They're a little bit of that, Nigel. But what I see is a lot of private owners -- and there were some private owners in this suite of businesses that we bought, they got through the pandemic and they're looking at a world that's changed, and they're looking at someone larger to provide some stability and some capital and some access to things that they didn't have access to.
So I think it's more the uncertainty in the macro environment, the uncertainty driven by the pandemic, has certainly made private company owners more likely to consider the exit that they were maybe going to do a couple of years from now. That's what I think is happening and we're seeing a little bit of that.
Okay, that makes sense. And then EMG margins moving notably higher, pre-pandemic we’re sort of in the high teens, maybe 20% range, and now we're moving into the mid 20s. Do you think that that level is sustainable? I understand Reading Alloys came out, but do you think mid 20s is sort of the range for EMG from here.

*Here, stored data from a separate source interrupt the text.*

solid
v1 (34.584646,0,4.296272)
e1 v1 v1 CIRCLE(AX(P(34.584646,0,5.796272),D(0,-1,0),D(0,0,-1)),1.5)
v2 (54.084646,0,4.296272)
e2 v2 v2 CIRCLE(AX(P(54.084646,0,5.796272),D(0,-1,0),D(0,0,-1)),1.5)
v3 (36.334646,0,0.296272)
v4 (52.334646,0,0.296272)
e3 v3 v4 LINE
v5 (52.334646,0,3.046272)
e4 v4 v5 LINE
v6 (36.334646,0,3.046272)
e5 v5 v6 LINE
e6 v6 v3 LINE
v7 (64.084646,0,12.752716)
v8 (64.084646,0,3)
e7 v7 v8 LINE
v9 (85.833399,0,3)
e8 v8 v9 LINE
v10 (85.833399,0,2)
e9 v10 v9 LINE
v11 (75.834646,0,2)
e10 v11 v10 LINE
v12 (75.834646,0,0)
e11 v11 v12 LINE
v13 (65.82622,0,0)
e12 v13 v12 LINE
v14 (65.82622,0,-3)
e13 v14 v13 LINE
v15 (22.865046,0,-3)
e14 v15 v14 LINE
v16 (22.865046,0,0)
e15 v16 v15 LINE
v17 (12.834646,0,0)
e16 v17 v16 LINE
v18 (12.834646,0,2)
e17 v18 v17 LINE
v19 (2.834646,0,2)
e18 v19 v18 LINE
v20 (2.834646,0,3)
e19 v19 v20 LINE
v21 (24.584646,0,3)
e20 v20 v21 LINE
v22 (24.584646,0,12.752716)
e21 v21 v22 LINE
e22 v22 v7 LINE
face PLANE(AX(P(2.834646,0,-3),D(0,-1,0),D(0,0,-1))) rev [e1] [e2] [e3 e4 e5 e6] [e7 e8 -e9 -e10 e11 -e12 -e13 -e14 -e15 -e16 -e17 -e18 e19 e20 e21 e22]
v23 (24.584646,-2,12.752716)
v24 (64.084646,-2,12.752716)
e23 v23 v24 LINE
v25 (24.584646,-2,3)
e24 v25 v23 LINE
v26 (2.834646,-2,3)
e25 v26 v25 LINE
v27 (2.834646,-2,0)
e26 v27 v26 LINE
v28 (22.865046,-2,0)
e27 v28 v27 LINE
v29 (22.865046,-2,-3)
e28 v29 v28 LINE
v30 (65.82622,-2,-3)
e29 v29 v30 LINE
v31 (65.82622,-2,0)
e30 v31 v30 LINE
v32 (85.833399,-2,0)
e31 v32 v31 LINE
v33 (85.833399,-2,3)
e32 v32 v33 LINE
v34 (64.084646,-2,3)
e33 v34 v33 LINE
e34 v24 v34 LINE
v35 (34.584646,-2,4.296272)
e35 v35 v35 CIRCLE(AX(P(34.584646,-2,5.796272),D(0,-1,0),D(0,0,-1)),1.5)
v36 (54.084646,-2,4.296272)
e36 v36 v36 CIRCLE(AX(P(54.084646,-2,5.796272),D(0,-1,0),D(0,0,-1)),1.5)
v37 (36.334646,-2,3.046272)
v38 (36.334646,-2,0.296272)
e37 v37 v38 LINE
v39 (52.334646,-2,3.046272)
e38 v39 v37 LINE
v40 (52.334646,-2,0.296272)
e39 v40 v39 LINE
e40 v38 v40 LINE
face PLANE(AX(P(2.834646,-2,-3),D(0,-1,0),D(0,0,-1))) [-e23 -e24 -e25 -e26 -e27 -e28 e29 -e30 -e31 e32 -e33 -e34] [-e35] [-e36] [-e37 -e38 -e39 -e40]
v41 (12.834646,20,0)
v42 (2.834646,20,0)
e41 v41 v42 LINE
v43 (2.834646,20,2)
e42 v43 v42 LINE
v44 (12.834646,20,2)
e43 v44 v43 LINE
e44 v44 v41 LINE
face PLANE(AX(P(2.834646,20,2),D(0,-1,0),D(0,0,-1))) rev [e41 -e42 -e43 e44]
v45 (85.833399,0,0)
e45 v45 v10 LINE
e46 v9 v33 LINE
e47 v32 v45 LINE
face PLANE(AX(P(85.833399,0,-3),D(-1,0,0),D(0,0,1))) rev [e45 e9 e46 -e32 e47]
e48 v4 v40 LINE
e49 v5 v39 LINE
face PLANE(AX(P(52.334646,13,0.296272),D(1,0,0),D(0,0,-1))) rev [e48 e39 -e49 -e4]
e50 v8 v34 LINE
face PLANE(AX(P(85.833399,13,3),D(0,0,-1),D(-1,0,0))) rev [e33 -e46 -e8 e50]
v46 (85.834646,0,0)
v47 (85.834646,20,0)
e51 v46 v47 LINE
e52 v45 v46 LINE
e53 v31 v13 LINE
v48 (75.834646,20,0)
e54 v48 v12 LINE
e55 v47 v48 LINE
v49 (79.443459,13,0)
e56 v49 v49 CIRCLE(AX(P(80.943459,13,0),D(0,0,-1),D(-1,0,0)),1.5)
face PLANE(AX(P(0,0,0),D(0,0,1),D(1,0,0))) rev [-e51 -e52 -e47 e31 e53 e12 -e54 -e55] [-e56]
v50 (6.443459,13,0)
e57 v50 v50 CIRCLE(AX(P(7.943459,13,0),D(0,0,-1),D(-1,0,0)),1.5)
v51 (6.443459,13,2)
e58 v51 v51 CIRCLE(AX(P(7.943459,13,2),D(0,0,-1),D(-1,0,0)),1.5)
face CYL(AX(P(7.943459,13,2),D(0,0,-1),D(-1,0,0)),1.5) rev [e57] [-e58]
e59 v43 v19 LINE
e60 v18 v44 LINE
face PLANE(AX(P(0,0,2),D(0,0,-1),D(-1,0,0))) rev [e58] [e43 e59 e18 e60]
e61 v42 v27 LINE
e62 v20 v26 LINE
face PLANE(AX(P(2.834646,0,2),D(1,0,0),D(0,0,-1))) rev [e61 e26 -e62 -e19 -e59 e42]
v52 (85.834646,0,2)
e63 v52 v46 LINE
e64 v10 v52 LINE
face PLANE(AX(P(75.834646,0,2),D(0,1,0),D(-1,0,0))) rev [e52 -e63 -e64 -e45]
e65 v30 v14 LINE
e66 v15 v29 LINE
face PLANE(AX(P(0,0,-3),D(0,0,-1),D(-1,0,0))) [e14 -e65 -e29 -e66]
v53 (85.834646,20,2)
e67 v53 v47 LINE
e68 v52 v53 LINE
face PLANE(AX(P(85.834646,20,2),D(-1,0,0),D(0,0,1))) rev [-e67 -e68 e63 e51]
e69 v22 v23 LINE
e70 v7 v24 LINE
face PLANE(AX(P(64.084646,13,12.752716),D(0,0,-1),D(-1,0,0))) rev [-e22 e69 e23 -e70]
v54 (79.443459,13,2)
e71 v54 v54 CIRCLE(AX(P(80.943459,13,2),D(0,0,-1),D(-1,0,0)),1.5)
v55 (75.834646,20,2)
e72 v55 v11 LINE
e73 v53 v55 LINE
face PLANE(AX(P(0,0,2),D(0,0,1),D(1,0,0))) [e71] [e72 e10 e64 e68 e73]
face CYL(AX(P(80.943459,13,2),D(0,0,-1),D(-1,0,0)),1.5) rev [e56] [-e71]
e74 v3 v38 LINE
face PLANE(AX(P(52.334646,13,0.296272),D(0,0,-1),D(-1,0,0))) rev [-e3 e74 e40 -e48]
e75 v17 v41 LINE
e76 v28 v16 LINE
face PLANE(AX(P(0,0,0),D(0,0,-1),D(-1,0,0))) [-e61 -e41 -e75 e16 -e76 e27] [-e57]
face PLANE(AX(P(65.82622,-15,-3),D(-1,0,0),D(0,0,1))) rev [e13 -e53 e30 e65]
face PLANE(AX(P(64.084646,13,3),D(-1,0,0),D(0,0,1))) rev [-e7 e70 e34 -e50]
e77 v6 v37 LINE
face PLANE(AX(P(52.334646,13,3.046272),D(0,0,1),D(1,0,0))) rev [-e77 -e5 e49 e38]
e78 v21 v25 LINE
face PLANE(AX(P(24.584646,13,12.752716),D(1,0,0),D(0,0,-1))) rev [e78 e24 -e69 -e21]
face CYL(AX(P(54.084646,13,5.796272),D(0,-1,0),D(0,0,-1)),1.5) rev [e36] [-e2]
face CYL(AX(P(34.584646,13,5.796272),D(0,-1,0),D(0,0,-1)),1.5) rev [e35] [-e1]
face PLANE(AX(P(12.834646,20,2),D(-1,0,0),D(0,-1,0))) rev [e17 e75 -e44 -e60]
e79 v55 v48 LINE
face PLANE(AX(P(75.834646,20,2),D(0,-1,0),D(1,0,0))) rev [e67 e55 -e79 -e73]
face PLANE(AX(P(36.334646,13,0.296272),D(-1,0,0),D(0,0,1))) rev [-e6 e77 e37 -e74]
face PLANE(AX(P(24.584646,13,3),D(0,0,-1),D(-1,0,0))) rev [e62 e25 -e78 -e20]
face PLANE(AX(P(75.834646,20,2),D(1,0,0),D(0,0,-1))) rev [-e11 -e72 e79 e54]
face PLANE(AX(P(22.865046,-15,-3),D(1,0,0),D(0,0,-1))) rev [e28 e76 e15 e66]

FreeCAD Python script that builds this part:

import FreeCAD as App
import Part
import Sketcher
from FreeCAD import Vector

doc = App.newDocument("Part")
body = doc.addObject("PartDesign::Body", "Body")

sketch1 = body.newObject("Sketcher::SketchObject", "Sketch")
sketch1.AttachmentSupport = (doc.getObject("XY_Plane"), [""])
sketch1.MapMode = "FlatFace"
sketch1.addGeometry([
    Part.LineSegment(Vector(2.834646, 20, 0), Vector(2.834646, 0, 0)),
    Part.LineSegment(Vector(2.834646, 0, 0), Vector(12.834646, 0, 0)),
    Part.LineSegment(Vector(12.834646, 0, 0), Vector(12.834646, 20, 0)),
    Part.LineSegment(Vector(12.834646, 20, 0), Vector(2.834646, 20, 0)),
], False)
sketch1.addConstraint([
    Sketcher.Constraint("Coincident", 0, 2, 1, 1),
    Sketcher.Constraint("Coincident", 1, 2, 2, 1),
    Sketcher.Constraint("Coincident", 2, 2, 3, 1),
    Sketcher.Constraint("Coincident", 3, 2, 0, 1),
    Sketcher.Constraint("Vertical", 0),
    Sketcher.Constraint("Horizontal", 1),
    Sketcher.Constraint("Vertical", 2),
    Sketcher.Constraint("Horizontal", 3),
    Sketcher.Constraint("PointOnObject", 0, 2, -1),
    Sketcher.Constraint("DistanceX", 1, 1, 1, 2, 10.0),
    Sketcher.Constraint("DistanceY", 0, 2, 0, 1, 20.0),
    Sketcher.Constraint("DistanceX", -1, 1, 0, 2, 2.834646),
])
pad1 = body.newObject("PartDesign::Pad", "Pad")
pad1.Profile = sketch1
pad1.Length = 2
body2 = doc.addObject("PartDesign::Body", "Body001")

sketch2 = body2.newObject("Sketcher::SketchObject", "Sketch001")
sketch2.AttachmentSupport = (doc.getObject("XY_Plane001"), [""])
sketch2.MapMode = "FlatFace"
sketch2.addGeometry([
    Part.LineSegment(Vector(75.834646, 20, 0), Vector(75.834646, 0, 0)),
    Part.LineSegment(Vector(75.834646, 0, 0), Vector(85.834646, 0, 0)),
    Part.LineSegment(Vector(85.834646, 0, 0), Vector(85.834646, 20, 0)),
    Part.LineSegment(Vector(85.834646, 20, 0), Vector(75.834646, 20, 0)),
], False)
sketch2.addConstraint([
    Sketcher.Constraint("Coincident", 0, 2, 1, 1),
    Sketcher.Constraint("Coincident", 1, 2, 2, 1),
    Sketcher.Constraint("Coincident", 2, 2, 3, 1),
    Sketcher.Constraint("Coincident", 3, 2, 0, 1),
    Sketcher.Constraint("Vertical", 0),
    Sketcher.Constraint("Horizontal", 1),
    Sketcher.Constraint("Vertical", 2),
    Sketcher.Constraint("Horizontal", 3),
    Sketcher.Constraint("PointOnObject", 0, 2, -1),
    Sketcher.Constraint("DistanceX", 1, 1, 1, 2, 10.0),
    Sketcher.Constraint("DistanceY", 0, 2, 0, 1, 20.0),
    Sketcher.Constraint("DistanceX", -1, 1, 0, 2, 75.834646),
])
pad2 = body2.newObject("PartDesign::Pad", "Pad001")
pad2.Profile = sketch2
pad2.Length = 2
body3 = doc.addObject("PartDesign::Body", "Body002")
body3.AllowCompound = True

sketch3 = body3.newObject("Sketcher::SketchObject", "Sketch002")
sketch3.AttachmentSupport = (doc.getObject("XY_Plane002"), [""])
sketch3.MapMode = "FlatFace"
sketch3.addGeometry([
    Part.Circle(Vector(80.943459, 13, 0), Vector(0, 0, 1), 1.5),
    Part.Circle(Vector(7.943459, 13, 0), Vector(0, 0, 1), 1.5),
], False)
sketch3.addConstraint([
    Sketcher.Constraint("Equal", 0, 1),
    Sketcher.Constraint("Horizontal", 0, 3, 1, 3),
    Sketcher.Constraint("Diameter", 0, 3.0),
    Sketcher.Constraint("DistanceY", -1, 1, 0, 3, 13.0),
    Sketcher.Constraint("DistanceX", 1, 3, 0, 3, 73.0),
    Sketcher.Constraint("DistanceX", -1, 1, 0, 3, 80.943459),
])
pad3 = body3.newObject("PartDesign::Pad", "Pad002")
pad3.Profile = sketch3
pad3.Length = 2
doc.recompute()

body4 = doc.addObject("PartDesign::Body", "Body003")
body4.BaseFeature = body3
boolean = body.newObject("PartDesign::Boolean", "Boolean")
boolean.Type = "Cut"
boolean.addObjects([body4])
doc.recompute()

boolean2 = body2.newObject("PartDesign::Boolean", "Boolean001")
boolean2.Type = "Cut"
boolean2.addObjects([body3])
body.AllowCompound = True
doc.recompute()

boolean3 = body.newObject("PartDesign::Boolean", "Boolean002")
boolean3.Type = "Fuse"
boolean3.addObjects([body2])

sketch4 = body.newObject("Sketcher::SketchObject", "Sketch003")
sketch4.AttachmentSupport = (doc.getObject("XY_Plane"), [""])
sketch4.MapMode = "FlatFace"
sketch4.AttachmentOffset = App.Placement(Vector(0, 0, 2), App.Rotation())
sketch4.addGeometry([
    Part.LineSegment(Vector(2.834646, 0, 0), Vector(2.834646, -2, 0)),
    Part.LineSegment(Vector(2.834646, -2, 0), Vector(85.833399, -2, 0)),
    Part.LineSegment(Vector(85.833399, -2, 0), Vector(85.833399, 0, 0)),
    Part.LineSegment(Vector(85.833399, 0, 0), Vector(2.834646, 0, 0)),
], False)
sketch4.addConstraint([
    Sketcher.Constraint("Coincident", 0, 2, 1, 1),
    Sketcher.Constraint("Coincident", 1, 2, 2, 1),
    Sketcher.Constraint("Coincident", 2, 2, 3, 1),
    Sketcher.Constraint("Coincident", 3, 2, 0, 1),
    Sketcher.Constraint("Vertical", 0),
    Sketcher.Constraint("Horizontal", 1),
    Sketcher.Constraint("Vertical", 2),
    Sketcher.Constraint("Horizontal", 3),
    Sketcher.Constraint("PointOnObject", 2, 2, -1),
    Sketcher.Constraint("DistanceY", 0, 2, 0, 1, 2.0),
    Sketcher.Constraint("DistanceX", -1, 1, 1, 2, 85.833399),
    Sketcher.Constraint("DistanceX", 1, 1, 1, 2, 82.998754),
])
pad4 = body.newObject("PartDesign::Pad", "Pad003")
pad4.Profile = sketch4
pad4.Type = "TwoLengths"
pad4.Length = 15
pad4.Length2 = 5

They were a record margin this quarter at 24.7%, up 190 basis points and their margins have been growing nicely for a period of time. And when you look at that part of the business and you dissect what happened, the two very profitable parts of that business, our automation business and our defense businesses, both are firing on all cylinders and that drove the margins up.

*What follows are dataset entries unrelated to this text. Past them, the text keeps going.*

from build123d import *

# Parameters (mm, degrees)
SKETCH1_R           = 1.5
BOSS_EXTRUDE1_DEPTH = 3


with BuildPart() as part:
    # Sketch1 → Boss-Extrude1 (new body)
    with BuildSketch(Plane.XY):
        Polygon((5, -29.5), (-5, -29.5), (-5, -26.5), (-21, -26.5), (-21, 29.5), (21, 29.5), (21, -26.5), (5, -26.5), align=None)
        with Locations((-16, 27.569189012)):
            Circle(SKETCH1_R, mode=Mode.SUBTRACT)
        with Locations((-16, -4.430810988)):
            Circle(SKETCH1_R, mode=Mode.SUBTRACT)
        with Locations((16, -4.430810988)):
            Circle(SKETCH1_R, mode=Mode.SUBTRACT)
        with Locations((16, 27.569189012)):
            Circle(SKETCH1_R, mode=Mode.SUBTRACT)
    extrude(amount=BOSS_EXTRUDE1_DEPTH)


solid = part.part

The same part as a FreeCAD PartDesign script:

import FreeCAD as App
import Part
import Sketcher

V = App.Vector
Q = App.Units.Quantity


def add_polygon(sketch, points):
    """Adds a closed chain of lines whose ends are joined by coincident constraints."""
    first, n = sketch.GeometryCount, len(points)
    for a, b in zip(points, points[1:] + points[:1]):
        sketch.addGeometry(Part.LineSegment(App.Vector(*a, 0), App.Vector(*b, 0)), False)
    for i in range(n):
        sketch.addConstraint(Sketcher.Constraint("Coincident", first + i, 2, first + (i + 1) % n, 1))

doc = App.newDocument("Part")
body = doc.addObject("PartDesign::Body", "Body")

# Sketch on XY plane
sketch1 = doc.addObject("Sketcher::SketchObject", "Sketch")
body.addObject(sketch1)
sketch1.AttachmentSupport = (doc.XY_Plane, [""])
sketch1.MapMode = "FlatFace"
add_polygon(sketch1, [(-5, -29.5), (5, -29.5), (5, -26.5), (21, -26.5), (21, 29.5), (-21, 29.5), (-21, -26.5), (-5, -26.5)])  # lines 0-7
sketch1.addGeometry(Part.Circle(V(16, -4.430811, 0), V(0, 0, 1), 1.5), False)  # 8
sketch1.addGeometry(Part.Circle(V(-16, -4.430811, 0), V(0, 0, 1), 1.5), False)  # 9
sketch1.addGeometry(Part.Circle(V(16, 27.569189, 0), V(0, 0, 1), 1.5), False)  # 10
sketch1.addGeometry(Part.Circle(V(-16, 27.569189, 0), V(0, 0, 1), 1.5), False)  # 11
sketch1.addConstraint(Sketcher.Constraint("Horizontal", 0))
sketch1.addConstraint(Sketcher.Constraint("Vertical", 1))
sketch1.addConstraint(Sketcher.Constraint("Horizontal", 2))
sketch1.addConstraint(Sketcher.Constraint("Vertical", 3))
sketch1.addConstraint(Sketcher.Constraint("Horizontal", 4))
sketch1.addConstraint(Sketcher.Constraint("Vertical", 5))
sketch1.addConstraint(Sketcher.Constraint("Horizontal", 6))
sketch1.addConstraint(Sketcher.Constraint("Vertical", 7))
sketch1.addConstraint(Sketcher.Constraint("Equal", 8, 9))
sketch1.addConstraint(Sketcher.Constraint("Equal", 9, 10))
sketch1.addConstraint(Sketcher.Constraint("Equal", 10, 11))
sketch1.addConstraint(Sketcher.Constraint("Symmetric", 8, 3, 9, 3, -2))
sketch1.addConstraint(Sketcher.Constraint("Symmetric", 10, 3, 11, 3, -2))
sketch1.addConstraint(Sketcher.Constraint("Symmetric", 2, 2, 5, 2, -2))
sketch1.addConstraint(Sketcher.Constraint("Vertical", 8, 3, 10, 3))
sketch1.addConstraint(Sketcher.Constraint("Equal", 2, 6))
sketch1.addConstraint(Sketcher.Constraint("Diameter", 8, Q("3 mm")))
sketch1.addConstraint(Sketcher.Constraint("DistanceX", 0, 1, 0, 2, Q("10 mm")))
sketch1.addConstraint(Sketcher.Constraint("DistanceX", 2, 1, 2, 2, Q("16 mm")))
sketch1.addConstraint(Sketcher.Constraint("DistanceY", 1, 1, 1, 2, Q("3 mm")))
sketch1.addConstraint(Sketcher.Constraint("DistanceY", 3, 1, 3, 2, Q("56 mm")))
sketch1.addConstraint(Sketcher.Constraint("DistanceX", -1, 1, 8, 3, Q("16 mm")))
sketch1.addConstraint(Sketcher.Constraint("DistanceY", 8, 3, 10, 3, Q("32 mm")))
sketch1.addConstraint(Sketcher.Constraint("DistanceY", 0, 2, -1, 1, Q("29.5 mm")))
sketch1.addConstraint(Sketcher.Constraint("DistanceY", 8, 3, -1, 1, Q("4.430811 mm")))
pad1 = doc.addObject("PartDesign::Pad", "Pad")
body.addObject(pad1)
pad1.Profile = sketch1
pad1.Length = 3

doc.recompute()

So it's really a mix among businesses within the EMG group that is driving the margins. And as long as those businesses stay strong, I would expect the margins to be good.
Okay. Thanks, Dave.
Next question comes from the line of Scott Graham from Rosenblatt Securities.
Your line is open.
Hi. Good morning, Dave and Bill.
Good morning, Scott. How are you doing?
All good. Always nice to wake up to this type of report.
So I think we're about $50 million of temporary cost-outs last year. Bill, you touched on this a little bit within SG&A. How do you see those layering in this year?
Yes, I think there was 90 actually that was the temporary cause from last year, and we got the benefit of 50 million into 2021 for the structural restructuring, Scott.
But what I’d say is in the second half of the year, you're going to see those temporary costs come back in. And a little bit came in, in the first quarter, a little more in the second quarter. But in the second half of the year, you're going to have -- they're all back in.
So that's how we’ve modeled the year and we look at it.
Thank you for that. And I read your press release, I listened to your prepared remarks and really nary a peep on supply chain. And it's kind of like all the rage this quarter on conference calls and nothing from you guys.
So could you maybe give us sort of your view of what you're seeing both internally and externally, things that could maybe not happening in the first quarter but maybe could back up into you -- again, not internally, but something externally that could back up into you? And in fact, does that as a concern plus the add backs of the costs, is that what's keeping the second half guidance in check?
You're right on, Scott. The supply chain -- there are certainly challenges in materials and logistics right now.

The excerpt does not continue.